A agenda econômica tem mais conforto na Câmara, que inclusive já aprovou diferentes medidas de interesse do Executivo –como a proposta do Imposto de Renda, uma minirreforma trabalhista e a privatização dos Correios. Líder do governo na Casa, o deputado Ricardo Barros (PP-PR) afirmou que o ambiente continuará favorável. “Vamos votar tudo”, disse nos últimos dias.

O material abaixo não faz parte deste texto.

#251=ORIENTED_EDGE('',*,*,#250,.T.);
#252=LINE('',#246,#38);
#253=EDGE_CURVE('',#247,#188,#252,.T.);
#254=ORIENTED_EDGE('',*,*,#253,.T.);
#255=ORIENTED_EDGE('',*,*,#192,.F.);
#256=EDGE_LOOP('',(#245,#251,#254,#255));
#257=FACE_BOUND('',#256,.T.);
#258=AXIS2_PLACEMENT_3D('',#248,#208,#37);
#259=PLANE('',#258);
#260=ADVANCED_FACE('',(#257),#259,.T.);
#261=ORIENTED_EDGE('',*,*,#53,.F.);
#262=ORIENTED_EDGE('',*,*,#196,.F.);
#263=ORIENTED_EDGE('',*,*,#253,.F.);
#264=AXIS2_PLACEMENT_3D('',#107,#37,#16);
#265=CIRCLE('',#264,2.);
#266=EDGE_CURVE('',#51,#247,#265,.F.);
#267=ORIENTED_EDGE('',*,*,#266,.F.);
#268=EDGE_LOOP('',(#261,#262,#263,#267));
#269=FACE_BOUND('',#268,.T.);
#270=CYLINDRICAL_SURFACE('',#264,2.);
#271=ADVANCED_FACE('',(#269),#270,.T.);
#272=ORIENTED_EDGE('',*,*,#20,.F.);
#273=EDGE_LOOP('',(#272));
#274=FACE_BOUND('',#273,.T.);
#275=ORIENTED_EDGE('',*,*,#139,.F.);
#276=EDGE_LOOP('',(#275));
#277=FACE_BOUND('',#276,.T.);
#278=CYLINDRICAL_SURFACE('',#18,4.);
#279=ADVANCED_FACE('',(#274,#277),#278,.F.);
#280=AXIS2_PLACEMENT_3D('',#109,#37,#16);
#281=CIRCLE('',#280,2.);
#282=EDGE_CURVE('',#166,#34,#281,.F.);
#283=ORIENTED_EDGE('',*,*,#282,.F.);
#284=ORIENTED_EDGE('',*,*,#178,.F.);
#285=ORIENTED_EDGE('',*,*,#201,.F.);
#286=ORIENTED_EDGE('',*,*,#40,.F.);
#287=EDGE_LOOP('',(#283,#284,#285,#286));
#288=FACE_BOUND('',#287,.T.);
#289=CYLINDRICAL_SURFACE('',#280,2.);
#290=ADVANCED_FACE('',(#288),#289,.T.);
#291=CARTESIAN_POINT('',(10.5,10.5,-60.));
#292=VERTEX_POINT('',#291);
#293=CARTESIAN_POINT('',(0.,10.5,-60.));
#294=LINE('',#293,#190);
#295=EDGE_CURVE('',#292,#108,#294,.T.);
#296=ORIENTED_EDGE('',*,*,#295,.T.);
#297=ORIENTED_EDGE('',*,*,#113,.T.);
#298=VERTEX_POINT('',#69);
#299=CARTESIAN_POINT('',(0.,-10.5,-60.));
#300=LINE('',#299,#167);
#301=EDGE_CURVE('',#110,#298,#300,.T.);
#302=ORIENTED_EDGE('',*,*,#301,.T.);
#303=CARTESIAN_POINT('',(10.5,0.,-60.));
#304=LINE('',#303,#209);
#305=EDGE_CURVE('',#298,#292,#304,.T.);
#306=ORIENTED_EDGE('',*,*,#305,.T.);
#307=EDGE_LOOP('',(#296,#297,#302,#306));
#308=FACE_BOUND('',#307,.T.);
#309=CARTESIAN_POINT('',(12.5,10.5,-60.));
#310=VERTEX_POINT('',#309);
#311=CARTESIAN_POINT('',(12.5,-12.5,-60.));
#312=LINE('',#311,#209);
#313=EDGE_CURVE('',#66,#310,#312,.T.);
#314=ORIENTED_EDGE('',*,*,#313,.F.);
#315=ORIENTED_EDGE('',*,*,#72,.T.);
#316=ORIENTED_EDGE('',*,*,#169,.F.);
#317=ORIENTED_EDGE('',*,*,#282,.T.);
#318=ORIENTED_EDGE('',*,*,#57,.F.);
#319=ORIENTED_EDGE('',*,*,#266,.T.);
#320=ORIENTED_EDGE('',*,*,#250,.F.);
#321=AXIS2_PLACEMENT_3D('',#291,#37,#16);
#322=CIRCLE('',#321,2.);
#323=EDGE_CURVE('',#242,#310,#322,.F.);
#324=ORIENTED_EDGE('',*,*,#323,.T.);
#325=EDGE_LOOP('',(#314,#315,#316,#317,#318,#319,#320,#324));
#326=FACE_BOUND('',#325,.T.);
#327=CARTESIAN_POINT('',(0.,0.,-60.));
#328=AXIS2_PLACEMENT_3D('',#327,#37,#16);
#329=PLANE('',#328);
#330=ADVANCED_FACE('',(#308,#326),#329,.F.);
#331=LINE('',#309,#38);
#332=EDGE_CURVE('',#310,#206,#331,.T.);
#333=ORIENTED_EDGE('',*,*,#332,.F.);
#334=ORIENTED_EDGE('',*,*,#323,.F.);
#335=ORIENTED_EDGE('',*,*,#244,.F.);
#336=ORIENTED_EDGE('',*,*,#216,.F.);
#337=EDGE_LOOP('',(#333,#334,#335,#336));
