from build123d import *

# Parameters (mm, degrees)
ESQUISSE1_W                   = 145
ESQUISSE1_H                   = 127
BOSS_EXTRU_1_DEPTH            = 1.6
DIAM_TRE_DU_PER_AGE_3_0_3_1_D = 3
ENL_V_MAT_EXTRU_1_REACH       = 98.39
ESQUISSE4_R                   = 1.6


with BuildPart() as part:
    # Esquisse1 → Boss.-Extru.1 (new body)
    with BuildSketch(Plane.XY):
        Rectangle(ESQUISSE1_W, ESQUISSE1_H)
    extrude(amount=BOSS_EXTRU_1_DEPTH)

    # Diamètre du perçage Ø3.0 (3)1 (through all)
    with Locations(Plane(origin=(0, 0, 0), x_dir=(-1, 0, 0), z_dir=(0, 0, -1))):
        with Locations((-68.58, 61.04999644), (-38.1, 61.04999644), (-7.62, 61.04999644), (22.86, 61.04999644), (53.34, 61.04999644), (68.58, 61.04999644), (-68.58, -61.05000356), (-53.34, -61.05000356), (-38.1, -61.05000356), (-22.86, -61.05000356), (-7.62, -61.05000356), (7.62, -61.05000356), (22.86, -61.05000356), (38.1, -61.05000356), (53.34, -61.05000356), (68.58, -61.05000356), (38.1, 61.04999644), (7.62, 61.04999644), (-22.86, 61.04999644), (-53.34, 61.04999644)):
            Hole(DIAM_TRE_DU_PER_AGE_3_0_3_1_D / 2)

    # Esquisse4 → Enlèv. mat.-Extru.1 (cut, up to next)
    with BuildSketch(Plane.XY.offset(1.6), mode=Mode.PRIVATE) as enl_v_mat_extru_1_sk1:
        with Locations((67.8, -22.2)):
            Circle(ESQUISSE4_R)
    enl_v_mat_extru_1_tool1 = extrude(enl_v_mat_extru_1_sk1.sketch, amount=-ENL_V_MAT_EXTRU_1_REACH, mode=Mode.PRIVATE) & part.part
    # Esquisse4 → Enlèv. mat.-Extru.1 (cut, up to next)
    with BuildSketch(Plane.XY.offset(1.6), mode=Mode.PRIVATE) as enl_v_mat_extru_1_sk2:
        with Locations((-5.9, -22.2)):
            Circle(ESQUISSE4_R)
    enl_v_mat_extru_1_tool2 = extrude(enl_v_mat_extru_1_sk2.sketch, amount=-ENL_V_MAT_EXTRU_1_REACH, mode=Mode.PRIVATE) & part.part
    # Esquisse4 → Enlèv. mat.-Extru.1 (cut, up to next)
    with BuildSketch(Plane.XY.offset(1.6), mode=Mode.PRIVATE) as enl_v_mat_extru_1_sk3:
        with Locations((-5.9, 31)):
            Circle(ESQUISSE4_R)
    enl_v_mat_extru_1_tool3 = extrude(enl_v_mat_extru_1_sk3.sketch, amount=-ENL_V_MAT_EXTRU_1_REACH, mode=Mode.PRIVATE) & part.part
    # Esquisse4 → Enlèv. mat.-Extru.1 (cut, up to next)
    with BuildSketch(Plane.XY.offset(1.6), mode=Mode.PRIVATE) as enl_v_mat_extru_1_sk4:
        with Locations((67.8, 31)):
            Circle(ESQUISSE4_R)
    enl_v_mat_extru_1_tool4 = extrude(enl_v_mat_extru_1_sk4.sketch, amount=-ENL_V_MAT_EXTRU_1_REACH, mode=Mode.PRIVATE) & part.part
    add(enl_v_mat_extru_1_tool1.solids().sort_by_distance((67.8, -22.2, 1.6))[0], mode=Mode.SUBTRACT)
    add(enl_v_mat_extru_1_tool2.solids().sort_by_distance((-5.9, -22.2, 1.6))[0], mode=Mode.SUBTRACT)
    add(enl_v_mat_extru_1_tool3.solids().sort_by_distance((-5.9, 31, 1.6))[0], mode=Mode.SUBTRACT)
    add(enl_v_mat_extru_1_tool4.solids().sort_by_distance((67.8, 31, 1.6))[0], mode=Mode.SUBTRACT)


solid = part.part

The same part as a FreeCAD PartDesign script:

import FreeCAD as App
import Part
import Sketcher
from FreeCAD import Vector

doc = App.newDocument("Part")
body = doc.addObject("PartDesign::Body", "Body")

# Sketch on XY plane
sketch1 = body.newObject("Sketcher::SketchObject", "Sketch")
sketch1.AttachmentSupport = (doc.getObject("XY_Plane"), [""])
sketch1.MapMode = "FlatFace"
sketch1.addGeometry(Part.LineSegment(Vector(-72, 64, 0), Vector(-72, -64, 0)), False)
sketch1.addGeometry(Part.LineSegment(Vector(-72, -64, 0), Vector(72, -64, 0)), False)
sketch1.addGeometry(Part.LineSegment(Vector(72, -64, 0), Vector(72, 64, 0)), False)
sketch1.addGeometry(Part.LineSegment(Vector(72, 64, 0), Vector(-72, 64, 0)), False)
sketch1.addConstraint(Sketcher.Constraint("Coincident", 0, 2, 1, 1))
sketch1.addConstraint(Sketcher.Constraint("Coincident", 1, 2, 2, 1))
sketch1.addConstraint(Sketcher.Constraint("Coincident", 2, 2, 3, 1))
sketch1.addConstraint(Sketcher.Constraint("Coincident", 3, 2, 0, 1))
sketch1.addConstraint(Sketcher.Constraint("Vertical", 0))
sketch1.addConstraint(Sketcher.Constraint("Horizontal", 1))
sketch1.addConstraint(Sketcher.Constraint("Vertical", 2))
sketch1.addConstraint(Sketcher.Constraint("Horizontal", 3))
sketch1.addConstraint(Sketcher.Constraint("Symmetric", 0, 2, 2, 2, -1, 1))
sketch1.addConstraint(Sketcher.Constraint("DistanceX", 1, 1, 1, 2, 145.0))
sketch1.addConstraint(Sketcher.Constraint("DistanceY", 0, 2, 0, 1, 127.0))
pad1 = body.newObject("PartDesign::Pad", "Pad")
pad1.Profile = sketch1
pad1.Length = 1.6

# Sketch on XY plane
sketch2 = body.newObject("Sketcher::SketchObject", "Sketch001")
sketch2.AttachmentSupport = (doc.getObject("XY_Plane"), [""])
sketch2.MapMode = "FlatFace"
sketch2.addGeometry(Part.Circle(Vector(68.6, 61, 0), Vector(0, 0, 1), 1.5), False)
sketch2.addGeometry(Part.Circle(Vector(38.1, 61, 0), Vector(0, 0, 1), 1.5), False)
sketch2.addGeometry(Part.Circle(Vector(7.6, 61, 0), Vector(0, 0, 1), 1.5), False)
sketch2.addGeometry(Part.Circle(Vector(-22.9, 61, 0), Vector(0, 0, 1), 1.5), False)
sketch2.addGeometry(Part.Circle(Vector(-53.3, 61, 0), Vector(0, 0, 1), 1.5), False)
sketch2.addGeometry(Part.Circle(Vector(-68.6, 61, 0), Vector(0, 0, 1), 1.5), False)
sketch2.addGeometry(Part.Circle(Vector(68.6, -61.1, 0), Vector(0, 0, 1), 1.5), False)
sketch2.addGeometry(Part.Circle(Vector(53.3, -61.1, 0), Vector(0, 0, 1), 1.5), False)
sketch2.addGeometry(Part.Circle(Vector(38.1, -61.1, 0), Vector(0, 0, 1), 1.5), False)
sketch2.addGeometry(Part.Circle(Vector(22.9, -61.1, 0), Vector(0, 0, 1), 1.5), False)
sketch2.addGeometry(Part.Circle(Vector(7.6, -61.1, 0), Vector(0, 0, 1), 1.5), False)
sketch2.addGeometry(Part.Circle(Vector(-7.6, -61.1, 0), Vector(0, 0, 1), 1.5), False)
sketch2.addGeometry(Part.Circle(Vector(-22.9, -61.1, 0), Vector(0, 0, 1), 1.5), False)
sketch2.addGeometry(Part.Circle(Vector(-38.1, -61.1, 0), Vector(0, 0, 1), 1.5), False)
sketch2.addGeometry(Part.Circle(Vector(-53.3, -61.1, 0), Vector(0, 0, 1), 1.5), False)
sketch2.addGeometry(Part.Circle(Vector(-68.6, -61.1, 0), Vector(0, 0, 1), 1.5), False)
sketch2.addGeometry(Part.Circle(Vector(-38.1, 61, 0), Vector(0, 0, 1), 1.5), False)
sketch2.addGeometry(Part.Circle(Vector(-7.6, 61, 0), Vector(0, 0, 1), 1.5), False)
sketch2.addGeometry(Part.Circle(Vector(22.9, 61, 0), Vector(0, 0, 1), 1.5), False)
sketch2.addGeometry(Part.Circle(Vector(53.3, 61, 0), Vector(0, 0, 1), 1.5), False)
sketch2.addConstraint(Sketcher.Constraint("Equal", 0, 1))
sketch2.addConstraint(Sketcher.Constraint("Equal", 1, 2))
sketch2.addConstraint(Sketcher.Constraint("Equal", 2, 3))
sketch2.addConstraint(Sketcher.Constraint("Equal", 3, 4))
sketch2.addConstraint(Sketcher.Constraint("Equal", 4, 5))
sketch2.addConstraint(Sketcher.Constraint("Equal", 5, 6))
sketch2.addConstraint(Sketcher.Constraint("Equal", 6, 7))
sketch2.addConstraint(Sketcher.Constraint("Equal", 7, 8))
sketch2.addConstraint(Sketcher.Constraint("Equal", 8, 9))
sketch2.addConstraint(Sketcher.Constraint("Equal", 9, 10))
sketch2.addConstraint(Sketcher.Constraint("Equal", 10, 11))
sketch2.addConstraint(Sketcher.Constraint("Equal", 11, 12))
sketch2.addConstraint(Sketcher.Constraint("Equal", 12, 13))
sketch2.addConstraint(Sketcher.Constraint("Equal", 13, 14))
sketch2.addConstraint(Sketcher.Constraint("Equal", 14, 15))
sketch2.addConstraint(Sketcher.Constraint("Equal", 15, 16))
sketch2.addConstraint(Sketcher.Constraint("Equal", 16, 17))
sketch2.addConstraint(Sketcher.Constraint("Equal", 17, 18))
sketch2.addConstraint(Sketcher.Constraint("Equal", 18, 19))
sketch2.addConstraint(Sketcher.Constraint("Symmetric", 5, 3, 6, 3, -1, 1))
sketch2.addConstraint(Sketcher.Constraint("Symmetric", 4, 3, 7, 3, -1, 1))
sketch2.addConstraint(Sketcher.Constraint("Symmetric", 3, 3, 9, 3, -1, 1))
sketch2.addConstraint(Sketcher.Constraint("Symmetric", 2, 3, 11, 3, -1, 1))
sketch2.addConstraint(Sketcher.Constraint("Symmetric", 1, 3, 13, 3, -1, 1))
sketch2.addConstraint(Sketcher.Constraint("Symmetric", 0, 3, 15, 3, -1, 1))
sketch2.addConstraint(Sketcher.Constraint("Symmetric", 8, 3, 16, 3, -1, 1))
sketch2.addConstraint(Sketcher.Constraint("Symmetric", 10, 3, 17, 3, -1, 1))
sketch2.addConstraint(Sketcher.Constraint("Symmetric", 12, 3, 18, 3, -1, 1))
sketch2.addConstraint(Sketcher.Constraint("Symmetric", 14, 3, 19, 3, -1, 1))
sketch2.addConstraint(Sketcher.Constraint("Symmetric", 0, 3, 5, 3, -2))
sketch2.addConstraint(Sketcher.Constraint("Symmetric", 10, 3, 11, 3, -2))
sketch2.addConstraint(Sketcher.Constraint("Symmetric", 9, 3, 12, 3, -2))
sketch2.addConstraint(Sketcher.Constraint("Symmetric", 8, 3, 13, 3, -2))
sketch2.addConstraint(Sketcher.Constraint("Symmetric", 7, 3, 14, 3, -2))
sketch2.addConstraint(Sketcher.Constraint("Horizontal", 0, 3, 1, 3))
sketch2.addConstraint(Sketcher.Constraint("Horizontal", 1, 3, 2, 3))
sketch2.addConstraint(Sketcher.Constraint("Horizontal", 2, 3, 3, 3))
sketch2.addConstraint(Sketcher.Constraint("Horizontal", 3, 3, 4, 3))
sketch2.addConstraint(Sketcher.Constraint("Diameter", 0, 3.0))
sketch2.addConstraint(Sketcher.Constraint("DistanceX", -1, 1, 1, 3, 38.1))
sketch2.addConstraint(Sketcher.Constraint("DistanceX", 5, 3, 2, 3, 76.2))
sketch2.addConstraint(Sketcher.Constraint("DistanceY", 6, 3, 0, 3, 122.1))
sketch2.addConstraint(Sketcher.Constraint("DistanceX", 3, 3, 7, 3, 76.2))
sketch2.addConstraint(Sketcher.Constraint("DistanceX", -1, 1, 0, 3, 68.58))
sketch2.addConstraint(Sketcher.Constraint("DistanceX", 3, 3, -1, 1, 22.86))
doc.recompute()
hole = body.newObject("PartDesign::Hole", "Hole")
hole.Profile = sketch2
hole.ThreadType = "None"
hole.Diameter = 3
hole.DepthType = "ThroughAll"
hole.Reversed = True

# Sketch on XY plane
sketch3 = body.newObject("Sketcher::SketchObject", "Sketch002")
sketch3.AttachmentSupport = (doc.getObject("XY_Plane"), [""])
sketch3.MapMode = "FlatFace"
sketch3.AttachmentOffset = App.Placement(Vector(0, 0, 1.6), App.Rotation())
sketch3.addGeometry(Part.Circle(Vector(67.8, -22.2, 0), Vector(0, 0, 1), 1.6), False)
sketch3.addConstraint(Sketcher.Constraint("Diameter", 0, 3.2))
sketch3.addConstraint(Sketcher.Constraint("DistanceX", -1, 1, 0, 3, 67.8))
sketch3.addConstraint(Sketcher.Constraint("DistanceY", 0, 3, -1, 1, 22.2))
pocket1 = body.newObject("PartDesign::Pocket", "Pocket")
pocket1.Profile = sketch3
pocket1.Type = "UpToFirst"

# Sketch on XY plane
sketch4 = body.newObject("Sketcher::SketchObject", "Sketch003")
sketch4.AttachmentSupport = (doc.getObject("XY_Plane"), [""])
sketch4.MapMode = "FlatFace"
sketch4.AttachmentOffset = App.Placement(Vector(0, 0, 1.6), App.Rotation())
sketch4.addGeometry(Part.Circle(Vector(-5.9, -22.2, 0), Vector(0, 0, 1), 1.6), False)
sketch4.addConstraint(Sketcher.Constraint("Diameter", 0, 3.2))
sketch4.addConstraint(Sketcher.Constraint("DistanceX", 0, 3, -1, 1, 5.9))
sketch4.addConstraint(Sketcher.Constraint("DistanceY", 0, 3, -1, 1, 22.2))
pocket2 = body.newObject("PartDesign::Pocket", "Pocket001")
pocket2.Profile = sketch4
pocket2.Type = "UpToFirst"

# Sketch on XY plane
sketch5 = body.newObject("Sketcher::SketchObject", "Sketch004")
sketch5.AttachmentSupport = (doc.getObject("XY_Plane"), [""])
sketch5.MapMode = "FlatFace"
sketch5.AttachmentOffset = App.Placement(Vector(0, 0, 1.6), App.Rotation())
sketch5.addGeometry(Part.Circle(Vector(-5.9, 31, 0), Vector(0, 0, 1), 1.6), False)
sketch5.addConstraint(Sketcher.Constraint("Diameter", 0, 3.2))
sketch5.addConstraint(Sketcher.Constraint("DistanceY", -1, 1, 0, 3, 31.0))
sketch5.addConstraint(Sketcher.Constraint("DistanceX", 0, 3, -1, 1, 5.9))
pocket3 = body.newObject("PartDesign::Pocket", "Pocket002")
pocket3.Profile = sketch5
pocket3.Type = "UpToFirst"

# Sketch on XY plane
sketch6 = body.newObject("Sketcher::SketchObject", "Sketch005")
sketch6.AttachmentSupport = (doc.getObject("XY_Plane"), [""])
sketch6.MapMode = "FlatFace"
sketch6.AttachmentOffset = App.Placement(Vector(0, 0, 1.6), App.Rotation())
sketch6.addGeometry(Part.Circle(Vector(67.8, 31, 0), Vector(0, 0, 1), 1.6), False)
sketch6.addConstraint(Sketcher.Constraint("Diameter", 0, 3.2))
sketch6.addConstraint(Sketcher.Constraint("DistanceY", -1, 1, 0, 3, 31.0))
sketch6.addConstraint(Sketcher.Constraint("DistanceX", -1, 1, 0, 3, 67.8))
pocket4 = body.newObject("PartDesign::Pocket", "Pocket003")
pocket4.Profile = sketch6
pocket4.Type = "UpToFirst"

doc.recompute()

Grande parte dos temas, inclusive, já foi votada pela Casa. Das grandes reformas, restaria a administrativa (que altera regras para servidores) –mas ela não é mais vista como prioridade nem pela equipe econômica. No Senado, a situação é mais delicada. Já havia reclamações no governo antes do 7 de Setembro sobre a falta de apoio e os trabalhos da CPI da Covid. A minirreforma trabalhista defendida pelo governo foi derrotada, gerando reclamações no Executivo. Além disso, Pacheco defende que a reforma tributária seja feita por meio de um texto amplo de autoria do Senado, sinalizando resistência ao projeto do Imposto de Renda aprovado pela Câmara e defendido pelo governo.